■ **Activity**: Give the number of lines in the records below that contain the word "CIRCLE", and nothing more.

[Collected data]
*** Begin section ***

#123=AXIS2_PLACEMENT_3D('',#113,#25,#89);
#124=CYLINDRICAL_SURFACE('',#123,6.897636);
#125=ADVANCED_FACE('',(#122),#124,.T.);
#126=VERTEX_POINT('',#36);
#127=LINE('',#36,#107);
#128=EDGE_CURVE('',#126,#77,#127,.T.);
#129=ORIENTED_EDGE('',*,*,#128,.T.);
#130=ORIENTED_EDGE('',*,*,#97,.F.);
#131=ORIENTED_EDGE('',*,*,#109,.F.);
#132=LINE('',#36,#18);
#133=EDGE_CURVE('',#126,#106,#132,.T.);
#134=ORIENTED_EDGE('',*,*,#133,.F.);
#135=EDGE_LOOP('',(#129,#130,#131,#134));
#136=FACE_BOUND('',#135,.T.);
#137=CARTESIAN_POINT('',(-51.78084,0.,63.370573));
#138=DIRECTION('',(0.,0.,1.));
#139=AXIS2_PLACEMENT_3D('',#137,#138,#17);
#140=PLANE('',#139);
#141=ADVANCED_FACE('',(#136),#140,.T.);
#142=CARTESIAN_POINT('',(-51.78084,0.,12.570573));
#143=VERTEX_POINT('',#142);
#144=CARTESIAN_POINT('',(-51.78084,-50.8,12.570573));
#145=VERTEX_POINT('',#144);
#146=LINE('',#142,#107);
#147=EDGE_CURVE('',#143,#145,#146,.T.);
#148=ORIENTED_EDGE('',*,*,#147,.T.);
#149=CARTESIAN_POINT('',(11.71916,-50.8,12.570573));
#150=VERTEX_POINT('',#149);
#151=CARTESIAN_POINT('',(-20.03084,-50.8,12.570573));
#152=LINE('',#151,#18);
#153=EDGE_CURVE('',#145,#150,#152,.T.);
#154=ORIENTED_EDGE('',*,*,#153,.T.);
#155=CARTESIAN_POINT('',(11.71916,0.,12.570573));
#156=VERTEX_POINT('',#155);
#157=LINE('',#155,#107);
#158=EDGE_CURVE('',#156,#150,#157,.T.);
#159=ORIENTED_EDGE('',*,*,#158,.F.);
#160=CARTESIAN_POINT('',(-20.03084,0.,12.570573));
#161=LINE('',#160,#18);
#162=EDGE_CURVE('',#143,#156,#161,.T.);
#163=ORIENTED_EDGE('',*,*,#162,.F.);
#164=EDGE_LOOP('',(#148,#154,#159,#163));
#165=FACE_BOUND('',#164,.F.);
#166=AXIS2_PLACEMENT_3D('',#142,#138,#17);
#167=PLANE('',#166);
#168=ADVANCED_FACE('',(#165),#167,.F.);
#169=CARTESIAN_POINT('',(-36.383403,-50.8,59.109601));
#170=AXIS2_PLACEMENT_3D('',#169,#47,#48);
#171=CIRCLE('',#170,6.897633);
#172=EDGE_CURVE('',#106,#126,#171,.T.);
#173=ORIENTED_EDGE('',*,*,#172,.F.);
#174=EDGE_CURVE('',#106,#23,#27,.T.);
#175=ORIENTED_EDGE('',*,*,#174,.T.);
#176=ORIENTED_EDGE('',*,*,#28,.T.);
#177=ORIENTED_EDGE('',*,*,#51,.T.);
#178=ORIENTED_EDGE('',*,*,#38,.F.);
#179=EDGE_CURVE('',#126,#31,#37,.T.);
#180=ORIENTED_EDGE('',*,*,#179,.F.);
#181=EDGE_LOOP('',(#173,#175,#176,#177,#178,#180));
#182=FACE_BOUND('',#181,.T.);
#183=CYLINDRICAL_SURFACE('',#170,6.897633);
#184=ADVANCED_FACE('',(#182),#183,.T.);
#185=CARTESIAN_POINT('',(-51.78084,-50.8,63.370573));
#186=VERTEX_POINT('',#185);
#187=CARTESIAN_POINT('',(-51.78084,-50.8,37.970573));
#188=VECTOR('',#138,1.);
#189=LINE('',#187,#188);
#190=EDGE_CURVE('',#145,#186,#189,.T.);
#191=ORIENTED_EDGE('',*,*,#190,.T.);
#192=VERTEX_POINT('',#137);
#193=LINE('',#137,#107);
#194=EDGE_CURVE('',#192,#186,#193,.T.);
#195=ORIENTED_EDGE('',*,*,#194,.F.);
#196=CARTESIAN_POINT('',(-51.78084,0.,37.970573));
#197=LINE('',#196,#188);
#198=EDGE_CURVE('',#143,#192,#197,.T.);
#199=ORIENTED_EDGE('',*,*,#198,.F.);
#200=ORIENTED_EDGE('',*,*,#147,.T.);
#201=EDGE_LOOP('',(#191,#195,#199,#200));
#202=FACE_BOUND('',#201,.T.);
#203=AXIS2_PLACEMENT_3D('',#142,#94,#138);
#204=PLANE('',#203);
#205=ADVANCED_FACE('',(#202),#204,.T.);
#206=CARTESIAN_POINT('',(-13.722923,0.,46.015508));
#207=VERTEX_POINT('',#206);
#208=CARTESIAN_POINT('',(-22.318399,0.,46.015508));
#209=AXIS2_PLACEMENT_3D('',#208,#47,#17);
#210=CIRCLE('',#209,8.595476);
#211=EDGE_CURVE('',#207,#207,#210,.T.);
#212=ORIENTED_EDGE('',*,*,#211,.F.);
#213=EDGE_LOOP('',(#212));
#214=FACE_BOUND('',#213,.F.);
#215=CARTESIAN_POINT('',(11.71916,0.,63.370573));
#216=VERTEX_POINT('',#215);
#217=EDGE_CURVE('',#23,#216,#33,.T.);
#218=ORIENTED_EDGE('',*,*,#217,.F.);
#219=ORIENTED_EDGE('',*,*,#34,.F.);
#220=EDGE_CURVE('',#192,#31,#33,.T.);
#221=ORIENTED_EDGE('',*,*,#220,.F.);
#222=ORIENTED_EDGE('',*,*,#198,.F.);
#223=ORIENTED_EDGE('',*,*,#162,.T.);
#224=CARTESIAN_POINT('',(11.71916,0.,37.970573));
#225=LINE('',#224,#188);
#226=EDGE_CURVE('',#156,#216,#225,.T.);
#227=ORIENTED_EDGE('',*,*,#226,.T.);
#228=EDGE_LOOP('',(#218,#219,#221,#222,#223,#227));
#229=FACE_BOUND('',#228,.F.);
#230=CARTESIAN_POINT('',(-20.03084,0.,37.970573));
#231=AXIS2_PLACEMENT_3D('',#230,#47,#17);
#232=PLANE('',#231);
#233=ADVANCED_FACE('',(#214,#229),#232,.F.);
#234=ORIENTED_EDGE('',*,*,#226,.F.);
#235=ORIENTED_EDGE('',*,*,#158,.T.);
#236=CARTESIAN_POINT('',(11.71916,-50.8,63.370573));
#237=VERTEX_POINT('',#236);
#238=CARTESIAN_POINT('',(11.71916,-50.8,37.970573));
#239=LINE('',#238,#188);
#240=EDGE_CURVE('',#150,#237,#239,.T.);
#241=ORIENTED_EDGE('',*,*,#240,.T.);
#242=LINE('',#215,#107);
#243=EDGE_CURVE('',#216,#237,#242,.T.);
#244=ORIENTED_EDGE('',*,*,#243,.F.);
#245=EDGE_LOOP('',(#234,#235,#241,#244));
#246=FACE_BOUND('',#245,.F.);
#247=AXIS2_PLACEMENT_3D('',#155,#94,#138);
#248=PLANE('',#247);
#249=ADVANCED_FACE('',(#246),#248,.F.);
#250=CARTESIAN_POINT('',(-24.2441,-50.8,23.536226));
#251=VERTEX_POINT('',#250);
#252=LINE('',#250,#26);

*** End section ***

■ **Written reply**: 2